The /home/git/.top.html file contains a fragment to add to the top of the index:

/home/git/.top.html

<style>
body { max-width: 80ch }
table { overflow-x: auto }
td { padding: 0.5ex 1em 0 0; white-space: nowrap }
td:nth-child(3) { white-space: wrap }
</style>
<h1>Source code repositories</h1>
<p>
  Hello!
</p>
<p>
  I'm Alex Schroeder.
  These are my source code repositories. You can find out more about me on
  <a href="https://alexschroeder.ch/">my blog</a>. There, you'll also find a page
  listing ways to <a href="https://alexschroeder.ch/view/Contact">contact me</a>.
</p>
<p>
  As for the git repositories, you should be able to clone them as they are.
  For example:
</p>
<pre>
  git clone https://src.alexschroeder.ch/oddmu.git
</pre>
<p>
  For more about this setup, see
  <a href="https://idiomdrottning.org/hosting-git-repos">How to host git repos</a>
  by <a href="https://idiomdrottning.org/users/Sandra">@Sandra</a> and my post,
  <a href="https://alexschroeder.ch/edit/2024-08-11-bare-git">2024-08-11 Serving bare git on the web</a>.
</p>

The only thing that's strange is that this lists all the repositories by the last modification date of the `index.html` file contained within. That's not good.

I ended looping through all the directories a few times as I kept finding bugs in my `post-update` hook, so I ended up writing a `Makefile`. That's the reason `Makefile` is listed in the `IndexIgnore` directive for Apache, above.

This is the `Makefile`:

SHELL=/usr/bin/fish

# Regenerate the index.html files. Set their modification time because
# it looks like FancyIndex uses the index.html modification date.
update-indexes:
	for f in *.git; \
	  cd "$f"; \
	  sudo -u git hooks/post-update; \
	  sudo -u git git log -1 --format='%at' \
	   | xargs -I{} date -d @{} '+%Y-%m-%d %H:%M:%S' \
	   | xargs -I{} touch index.html --date {}; \
	  cd ..; \
	end

So now this will regenerate all the `index.html` files:

make

In any case, now we're done.

#Butlerian Jihad #Git #Administration

*2024-08-12**. I wondered about links from the README to local files. Right now, linking to images and files hosted in the same repository doesn't work since they don't exist in the raw repository. The question then becomes, as far as I am concerned, whether this README is supposed to speak to developers or end-users? If it is for developers, then pictures, screenshots, PDF files and all of that don't need to be linked from the repository. If you are interested in these things, do a `git clone --depth 1` and investigate locally.

If the repository is for the end users, however, things are harder. The `post-update` hook should extract all the local files linked to from the README. Something like the following, perhaps:

for file in (printf "%s\n" $body | /home/oddmu/oddmu links - | egrep -v '^(https?:|mailto:|/)')
    set dir (dirname $file)
    if test ! -d $dir
        mkdir -p $dir
    end
    echo $file; sudo -u git git show $branch:$file > $file
end

This uses oddmu to extract the links from a Markdown file, creates the necessary directories and checks out the files.

oddmu

But if the files are no longer linked from the README, they are not deleted. If a directory is linked from the README (I have done this! 🤦), the checkout won't work.

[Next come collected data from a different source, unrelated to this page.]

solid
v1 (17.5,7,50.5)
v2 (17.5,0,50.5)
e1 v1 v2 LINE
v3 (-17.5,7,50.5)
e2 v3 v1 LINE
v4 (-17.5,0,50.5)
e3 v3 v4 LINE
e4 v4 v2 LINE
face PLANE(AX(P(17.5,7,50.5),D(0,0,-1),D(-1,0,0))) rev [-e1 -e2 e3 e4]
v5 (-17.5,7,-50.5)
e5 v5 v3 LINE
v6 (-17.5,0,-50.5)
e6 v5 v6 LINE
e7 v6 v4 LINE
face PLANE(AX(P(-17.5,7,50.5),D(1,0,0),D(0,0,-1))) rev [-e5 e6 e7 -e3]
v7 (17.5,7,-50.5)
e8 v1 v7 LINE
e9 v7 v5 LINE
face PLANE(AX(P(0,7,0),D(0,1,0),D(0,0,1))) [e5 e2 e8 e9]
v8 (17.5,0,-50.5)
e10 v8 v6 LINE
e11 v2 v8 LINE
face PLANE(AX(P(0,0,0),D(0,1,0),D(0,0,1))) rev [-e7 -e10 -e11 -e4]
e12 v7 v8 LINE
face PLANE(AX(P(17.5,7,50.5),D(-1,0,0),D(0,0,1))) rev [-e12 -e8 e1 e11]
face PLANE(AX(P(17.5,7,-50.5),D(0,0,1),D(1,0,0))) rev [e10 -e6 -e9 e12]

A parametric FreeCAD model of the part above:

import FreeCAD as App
import Part
import Sketcher
from FreeCAD import Vector

doc = App.newDocument("Part")
body = doc.addObject("PartDesign::Body", "Body")

# Sketch on XZ plane
sketch1 = body.newObject("Sketcher::SketchObject", "Sketch")
sketch1.AttachmentSupport = (doc.getObject("XZ_Plane"), [""])
sketch1.MapMode = "FlatFace"
sketch1.addGeometry(Part.LineSegment(Vector(-18, -50, 0), Vector(-18, 50, 0)), False)
sketch1.addGeometry(Part.LineSegment(Vector(-18, 50, 0), Vector(18, 50, 0)), False)
sketch1.addGeometry(Part.LineSegment(Vector(18, 50, 0), Vector(18, -50, 0)), False)
sketch1.addGeometry(Part.LineSegment(Vector(18, -50, 0), Vector(-18, -50, 0)), False)
sketch1.addConstraint(Sketcher.Constraint("Coincident", 0, 2, 1, 1))
sketch1.addConstraint(Sketcher.Constraint("Coincident", 1, 2, 2, 1))
sketch1.addConstraint(Sketcher.Constraint("Coincident", 2, 2, 3, 1))
sketch1.addConstraint(Sketcher.Constraint("Coincident", 3, 2, 0, 1))
sketch1.addConstraint(Sketcher.Constraint("Vertical", 0))
sketch1.addConstraint(Sketcher.Constraint("Horizontal", 1))
sketch1.addConstraint(Sketcher.Constraint("Vertical", 2))
sketch1.addConstraint(Sketcher.Constraint("Horizontal", 3))
sketch1.addConstraint(Sketcher.Constraint("Symmetric", 0, 2, 2, 2, -1, 1))
sketch1.addConstraint(Sketcher.Constraint("DistanceX", 1, 1, 1, 2, 35.0))
sketch1.addConstraint(Sketcher.Constraint("DistanceY", 0, 1, 0, 2, 101.0))
pad1 = body.newObject("PartDesign::Pad", "Pad")
pad1.Profile = sketch1
pad1.Length = 7
pad1.Reversed = True

doc.recompute()
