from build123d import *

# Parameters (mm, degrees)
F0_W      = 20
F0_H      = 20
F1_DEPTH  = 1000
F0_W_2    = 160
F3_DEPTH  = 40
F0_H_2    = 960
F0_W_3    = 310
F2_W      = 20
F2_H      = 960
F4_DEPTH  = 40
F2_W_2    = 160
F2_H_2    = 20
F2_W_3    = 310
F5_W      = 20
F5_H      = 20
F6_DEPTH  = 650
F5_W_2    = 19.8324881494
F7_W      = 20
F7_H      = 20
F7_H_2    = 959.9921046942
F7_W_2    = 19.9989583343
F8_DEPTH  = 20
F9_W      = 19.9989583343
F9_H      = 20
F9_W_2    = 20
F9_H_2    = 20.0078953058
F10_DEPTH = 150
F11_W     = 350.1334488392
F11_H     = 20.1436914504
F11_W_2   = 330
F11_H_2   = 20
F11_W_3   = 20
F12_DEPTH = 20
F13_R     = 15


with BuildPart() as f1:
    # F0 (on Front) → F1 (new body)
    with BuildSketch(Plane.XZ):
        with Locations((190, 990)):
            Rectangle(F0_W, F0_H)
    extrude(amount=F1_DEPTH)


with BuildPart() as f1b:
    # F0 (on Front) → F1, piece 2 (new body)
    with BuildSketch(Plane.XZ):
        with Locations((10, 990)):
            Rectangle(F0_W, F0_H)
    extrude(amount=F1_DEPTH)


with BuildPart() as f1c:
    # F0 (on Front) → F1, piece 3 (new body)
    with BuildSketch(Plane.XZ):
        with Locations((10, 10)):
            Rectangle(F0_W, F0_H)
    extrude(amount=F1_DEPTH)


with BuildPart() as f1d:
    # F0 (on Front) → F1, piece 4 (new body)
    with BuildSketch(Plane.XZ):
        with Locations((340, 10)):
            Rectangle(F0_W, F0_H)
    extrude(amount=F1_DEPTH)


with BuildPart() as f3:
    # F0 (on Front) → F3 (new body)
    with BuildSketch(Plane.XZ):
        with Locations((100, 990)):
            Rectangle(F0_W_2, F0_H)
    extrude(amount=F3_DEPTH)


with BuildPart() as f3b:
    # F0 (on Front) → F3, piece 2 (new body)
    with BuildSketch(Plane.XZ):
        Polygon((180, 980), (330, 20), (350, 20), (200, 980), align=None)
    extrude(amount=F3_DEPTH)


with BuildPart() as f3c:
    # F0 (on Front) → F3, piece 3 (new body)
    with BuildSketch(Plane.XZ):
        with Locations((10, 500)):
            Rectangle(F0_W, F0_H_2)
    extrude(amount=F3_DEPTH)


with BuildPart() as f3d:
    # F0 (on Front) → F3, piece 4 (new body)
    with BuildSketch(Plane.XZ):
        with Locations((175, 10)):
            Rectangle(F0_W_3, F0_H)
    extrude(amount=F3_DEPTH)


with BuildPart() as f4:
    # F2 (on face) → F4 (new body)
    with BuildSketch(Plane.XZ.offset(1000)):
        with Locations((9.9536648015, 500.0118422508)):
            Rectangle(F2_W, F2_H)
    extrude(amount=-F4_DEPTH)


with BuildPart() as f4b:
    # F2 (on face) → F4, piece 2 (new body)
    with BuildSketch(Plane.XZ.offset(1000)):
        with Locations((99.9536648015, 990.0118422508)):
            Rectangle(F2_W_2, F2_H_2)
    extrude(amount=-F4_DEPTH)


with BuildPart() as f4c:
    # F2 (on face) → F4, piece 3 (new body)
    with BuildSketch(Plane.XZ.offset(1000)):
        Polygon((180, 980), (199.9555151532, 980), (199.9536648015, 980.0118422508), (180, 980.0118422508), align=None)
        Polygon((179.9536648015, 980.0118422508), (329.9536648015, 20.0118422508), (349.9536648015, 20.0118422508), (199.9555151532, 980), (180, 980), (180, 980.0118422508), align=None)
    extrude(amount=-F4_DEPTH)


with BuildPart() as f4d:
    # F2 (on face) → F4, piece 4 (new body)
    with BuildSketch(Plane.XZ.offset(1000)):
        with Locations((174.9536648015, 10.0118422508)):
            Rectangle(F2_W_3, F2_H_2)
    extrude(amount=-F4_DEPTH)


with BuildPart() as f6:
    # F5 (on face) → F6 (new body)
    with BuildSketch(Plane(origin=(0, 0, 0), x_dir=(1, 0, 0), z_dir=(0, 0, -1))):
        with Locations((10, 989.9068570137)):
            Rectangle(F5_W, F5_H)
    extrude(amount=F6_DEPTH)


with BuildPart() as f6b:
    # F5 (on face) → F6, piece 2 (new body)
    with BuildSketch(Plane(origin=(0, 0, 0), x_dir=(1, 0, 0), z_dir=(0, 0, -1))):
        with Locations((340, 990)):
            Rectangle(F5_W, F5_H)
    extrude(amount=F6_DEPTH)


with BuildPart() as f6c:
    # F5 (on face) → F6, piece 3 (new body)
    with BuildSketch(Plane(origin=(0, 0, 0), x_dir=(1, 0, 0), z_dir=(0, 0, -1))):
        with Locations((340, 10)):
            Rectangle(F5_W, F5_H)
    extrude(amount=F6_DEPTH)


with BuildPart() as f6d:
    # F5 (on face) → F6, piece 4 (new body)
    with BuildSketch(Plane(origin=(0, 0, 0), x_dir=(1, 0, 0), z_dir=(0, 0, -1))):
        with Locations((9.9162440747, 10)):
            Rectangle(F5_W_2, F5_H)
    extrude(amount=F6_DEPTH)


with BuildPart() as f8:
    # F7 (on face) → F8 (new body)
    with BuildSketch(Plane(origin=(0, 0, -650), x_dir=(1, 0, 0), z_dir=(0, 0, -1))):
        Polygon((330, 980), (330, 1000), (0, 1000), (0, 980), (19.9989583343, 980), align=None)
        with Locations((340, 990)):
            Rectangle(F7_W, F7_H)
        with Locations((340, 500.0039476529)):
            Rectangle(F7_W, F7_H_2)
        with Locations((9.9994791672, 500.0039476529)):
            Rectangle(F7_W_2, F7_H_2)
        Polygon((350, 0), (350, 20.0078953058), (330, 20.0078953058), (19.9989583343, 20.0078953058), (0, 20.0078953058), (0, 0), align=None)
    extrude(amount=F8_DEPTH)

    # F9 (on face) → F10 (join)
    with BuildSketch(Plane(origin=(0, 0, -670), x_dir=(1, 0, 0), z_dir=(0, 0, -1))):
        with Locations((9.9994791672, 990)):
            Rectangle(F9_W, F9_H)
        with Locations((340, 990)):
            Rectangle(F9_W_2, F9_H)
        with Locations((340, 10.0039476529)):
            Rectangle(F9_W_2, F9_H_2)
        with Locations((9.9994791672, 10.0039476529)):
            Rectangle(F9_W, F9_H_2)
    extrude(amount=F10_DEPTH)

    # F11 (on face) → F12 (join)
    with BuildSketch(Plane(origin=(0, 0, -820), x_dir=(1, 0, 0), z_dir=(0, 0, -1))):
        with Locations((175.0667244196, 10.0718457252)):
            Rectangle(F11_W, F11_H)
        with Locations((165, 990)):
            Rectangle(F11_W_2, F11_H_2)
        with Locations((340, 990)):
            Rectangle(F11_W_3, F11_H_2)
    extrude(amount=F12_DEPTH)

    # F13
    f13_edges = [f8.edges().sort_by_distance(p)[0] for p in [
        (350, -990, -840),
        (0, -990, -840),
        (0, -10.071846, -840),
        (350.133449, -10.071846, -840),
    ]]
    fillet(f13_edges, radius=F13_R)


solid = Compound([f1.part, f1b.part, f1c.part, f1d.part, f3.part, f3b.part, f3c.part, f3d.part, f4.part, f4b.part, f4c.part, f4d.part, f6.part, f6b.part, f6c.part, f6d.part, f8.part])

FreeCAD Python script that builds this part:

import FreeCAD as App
import Part
import Sketcher

V = App.Vector
Q = App.Units.Quantity


def edges_at(feature, points):
    """Names of the edges that pass closest to the given points."""
    edges = feature.Shape.Edges
    near = lambda p: min(range(len(edges)), key=lambda i: edges[i].distToShape(Part.Vertex(*p))[0])
    return sorted({f"Edge{near(p) + 1}" for p in points})


def add_polygon(sketch, points):
    """Adds a closed chain of lines whose ends are joined by coincident constraints."""
    first, n = sketch.GeometryCount, len(points)
    for a, b in zip(points, points[1:] + points[:1]):
        sketch.addGeometry(Part.LineSegment(App.Vector(*a, 0), App.Vector(*b, 0)), False)
    for i in range(n):
        sketch.addConstraint(Sketcher.Constraint("Coincident", first + i, 2, first + (i + 1) % n, 1))

doc = App.newDocument("Part")
body = doc.addObject("PartDesign::Body", "Body")

sketch1 = body.newObject("Sketcher::SketchObject", "Sketch")
sketch1.AttachmentSupport = (doc.getObject("XZ_Plane"), [""])
sketch1.MapMode = "FlatFace"
add_polygon(sketch1, [(180, 1000), (180, 980), (200, 980), (200, 1000)])
sketch1.addConstraint([
    Sketcher.Constraint("Vertical", 0),
    Sketcher.Constraint("Horizontal", 1),
    Sketcher.Constraint("Vertical", 2),
    Sketcher.Constraint("Horizontal", 3),
    Sketcher.Constraint("Equal", 3, 0),
    Sketcher.Constraint("DistanceX", 1, 1, 1, 2, Q("20 mm")),
    Sketcher.Constraint("DistanceX", -1, 1, 0, 2, Q("180 mm")),
    Sketcher.Constraint("DistanceY", -1, 1, 0, 2, Q("980 mm")),
])
pad1 = body.newObject("PartDesign::Pad", "Pad")
pad1.Profile = sketch1
pad1.Length = 1000
body2 = doc.addObject("PartDesign::Body", "Body001")

sketch2 = body2.newObject("Sketcher::SketchObject", "Sketch001")
sketch2.AttachmentSupport = (doc.getObject("XZ_Plane001"), [""])
sketch2.MapMode = "FlatFace"
add_polygon(sketch2, [(0, 1000), (0, 980), (20, 980), (20, 1000)])
sketch2.addConstraint([
    Sketcher.Constraint("Vertical", 0),
    Sketcher.Constraint("Horizontal", 1),
    Sketcher.Constraint("Vertical", 2),
    Sketcher.Constraint("Horizontal", 3),
    Sketcher.Constraint("PointOnObject", 0, 2, -2),
    Sketcher.Constraint("Equal", 3, 0),
    Sketcher.Constraint("DistanceX", 1, 1, 1, 2, Q("20 mm")),
    Sketcher.Constraint("DistanceY", -1, 1, 0, 2, Q("980 mm")),
])
pad2 = body2.newObject("PartDesign::Pad", "Pad001")
pad2.Profile = sketch2
pad2.Length = 1000
body3 = doc.addObject("PartDesign::Body", "Body002")

sketch3 = body3.newObject("Sketcher::SketchObject", "Sketch002")
sketch3.AttachmentSupport = (doc.getObject("XZ_Plane002"), [""])
sketch3.MapMode = "FlatFace"
add_polygon(sketch3, [(0, 20), (0, 0), (20, 0), (20, 20)])
sketch3.addConstraint([
    Sketcher.Constraint("Vertical", 0),
    Sketcher.Constraint("Horizontal", 1),
    Sketcher.Constraint("Vertical", 2),
    Sketcher.Constraint("Horizontal", 3),
    Sketcher.Constraint("Coincident", 0, 2, -1, 1),
    Sketcher.Constraint("Equal", 3, 0),
    Sketcher.Constraint("DistanceX", 1, 1, 1, 2, Q("20 mm")),
])
pad3 = body3.newObject("PartDesign::Pad", "Pad002")
pad3.Profile = sketch3
pad3.Length = 1000
body4 = doc.addObject("PartDesign::Body", "Body003")

sketch4 = body4.newObject("Sketcher::SketchObject", "Sketch003")
sketch4.AttachmentSupport = (doc.getObject("XZ_Plane003"), [""])
sketch4.MapMode = "FlatFace"
add_polygon(sketch4, [(330, 20), (330, 0), (350, 0), (350, 20)])
sketch4.addConstraint([
    Sketcher.Constraint("Vertical", 0),
    Sketcher.Constraint("Horizontal", 1),
    Sketcher.Constraint("Vertical", 2),
    Sketcher.Constraint("Horizontal", 3),
    Sketcher.Constraint("PointOnObject", 0, 2, -1),
    Sketcher.Constraint("Equal", 3, 0),
    Sketcher.Constraint("DistanceX", 1, 1, 1, 2, Q("20 mm")),
    Sketcher.Constraint("DistanceX", -1, 1, 0, 2, Q("330 mm")),
])
pad4 = body4.newObject("PartDesign::Pad", "Pad003")
pad4.Profile = sketch4
pad4.Length = 1000
body5 = doc.addObject("PartDesign::Body", "Body004")

sketch5 = body5.newObject("Sketcher::SketchObject", "Sketch004")
sketch5.AttachmentSupport = (doc.getObject("XZ_Plane004"), [""])
sketch5.MapMode = "FlatFace"
add_polygon(sketch5, [(20, 1000), (20, 980), (180, 980), (180, 1000)])
sketch5.addConstraint([
    Sketcher.Constraint("Vertical", 0),
    Sketcher.Constraint("Horizontal", 1),
    Sketcher.Constraint("Vertical", 2),
    Sketcher.Constraint("Horizontal", 3),
    Sketcher.Constraint("DistanceX", 1, 1, 1, 2, Q("160 mm")),
    Sketcher.Constraint("DistanceY", 0, 2, 0, 1, Q("20 mm")),
    Sketcher.Constraint("DistanceX", -1, 1, 0, 2, Q("20 mm")),
    Sketcher.Constraint("DistanceY", -1, 1, 0, 2, Q("980 mm")),
])
pad5 = body5.newObject("PartDesign::Pad", "Pad004")
pad5.Profile = sketch5
pad5.Length = 40
body6 = doc.addObject("PartDesign::Body", "Body005")

sketch6 = body6.newObject("Sketcher::SketchObject", "Sketch005")
sketch6.AttachmentSupport = (doc.getObject("XZ_Plane005"), [""])
sketch6.MapMode = "FlatFace"
add_polygon(sketch6, [(180, 980), (330, 20), (350, 20), (200, 980)])
sketch6.addConstraint([
    Sketcher.Constraint("Horizontal", 1),
    Sketcher.Constraint("Horizontal", 3),
    Sketcher.Constraint("Parallel", 0, 2),
    Sketcher.Constraint("DistanceX", 1, 1, 1, 2, Q("20 mm")),
    Sketcher.Constraint("DistanceX", -1, 1, 0, 2, Q("330 mm")),
    Sketcher.Constraint("DistanceY", -1, 1, 0, 2, Q("20 mm")),
    Sketcher.Constraint("DistanceX", -1, 1, 2, 2, Q("200 mm")),
    Sketcher.Constraint("DistanceY", -1, 1, 2, 2, Q("980 mm")),
])
pad6 = body6.newObject("PartDesign::Pad", "Pad005")
pad6.Profile = sketch6
pad6.Length = 40
body7 = doc.addObject("PartDesign::Body", "Body006")

sketch7 = body7.newObject("Sketcher::SketchObject", "Sketch006")
sketch7.AttachmentSupport = (doc.getObject("XZ_Plane006"), [""])
sketch7.MapMode = "FlatFace"
add_polygon(sketch7, [(0, 980), (0, 20), (20, 20), (20, 980)])
sketch7.addConstraint([
    Sketcher.Constraint("Vertical", 0),
    Sketcher.Constraint("Horizontal", 1),
    Sketcher.Constraint("Vertical", 2),
    Sketcher.Constraint("Horizontal", 3),
    Sketcher.Constraint("PointOnObject", 0, 2, -2),
    Sketcher.Constraint("DistanceX", 1, 1, 1, 2, Q("20 mm")),
    Sketcher.Constraint("DistanceY", 0, 2, 0, 1, Q("960 mm")),
    Sketcher.Constraint("DistanceY", -1, 1, 0, 2, Q("20 mm")),
])
pad7 = body7.newObject("PartDesign::Pad", "Pad006")
pad7.Profile = sketch7
pad7.Length = 40
body8 = doc.addObject("PartDesign::Body", "Body007")

sketch8 = body8.newObject("Sketcher::SketchObject", "Sketch007")
sketch8.AttachmentSupport = (doc.getObject("XZ_Plane007"), [""])
sketch8.MapMode = "FlatFace"
add_polygon(sketch8, [(20, 20), (20, 0), (330, 0), (330, 20)])
sketch8.addConstraint([
    Sketcher.Constraint("Vertical", 0),
    Sketcher.Constraint("Horizontal", 1),
    Sketcher.Constraint("Vertical", 2),
    Sketcher.Constraint("Horizontal", 3),
    Sketcher.Constraint("PointOnObject", 0, 2, -1),
    Sketcher.Constraint("DistanceX", 1, 1, 1, 2, Q("310 mm")),
    Sketcher.Constraint("DistanceY", 0, 2, 0, 1, Q("20 mm")),
    Sketcher.Constraint("DistanceX", -1, 1, 0, 2, Q("20 mm")),
])
pad8 = body8.newObject("PartDesign::Pad", "Pad007")
pad8.Profile = sketch8
pad8.Length = 40
body9 = doc.addObject("PartDesign::Body", "Body008")

sketch9 = body9.newObject("Sketcher::SketchObject", "Sketch008")
sketch9.AttachmentSupport = (doc.getObject("XZ_Plane008"), [""])
sketch9.MapMode = "FlatFace"
sketch9.AttachmentOffset = App.Placement(V(0, 0, 1000), App.Rotation())
add_polygon(sketch9, [(-0.046335, 980.011842), (-0.046335, 20.011842), (19.953665, 20.011842), (19.953665, 980.011842)])
sketch9.addConstraint([
    Sketcher.Constraint("Vertical", 0),
    Sketcher.Constraint("Horizontal", 1),
    Sketcher.Constraint("Vertical", 2),
    Sketcher.Constraint("Horizontal", 3),
    Sketcher.Constraint("DistanceX", 1, 1, 1, 2, Q("20 mm")),
    Sketcher.Constraint("DistanceY", 0, 2, 0, 1, Q("960 mm")),
    Sketcher.Constraint("DistanceX", 0, 2, -1, 1, Q("0.046335 mm")),
    Sketcher.Constraint("DistanceY", -1, 1, 0, 2, Q("20.011842 mm")),
])
pad9 = body9.newObject("PartDesign::Pad", "Pad008")
pad9.Profile = sketch9
pad9.Length = 40
pad9.Reversed = True
body10 = doc.addObject("PartDesign::Body", "Body009")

I think the better way forward is to move this information elsewhere. The README is not the documentation.

And with that, I think I did it! Serving git repositories from static files. A single directory per project containing the bare git data and a single `index.html` file. No more gazillion end points for crawlers to lose themselves.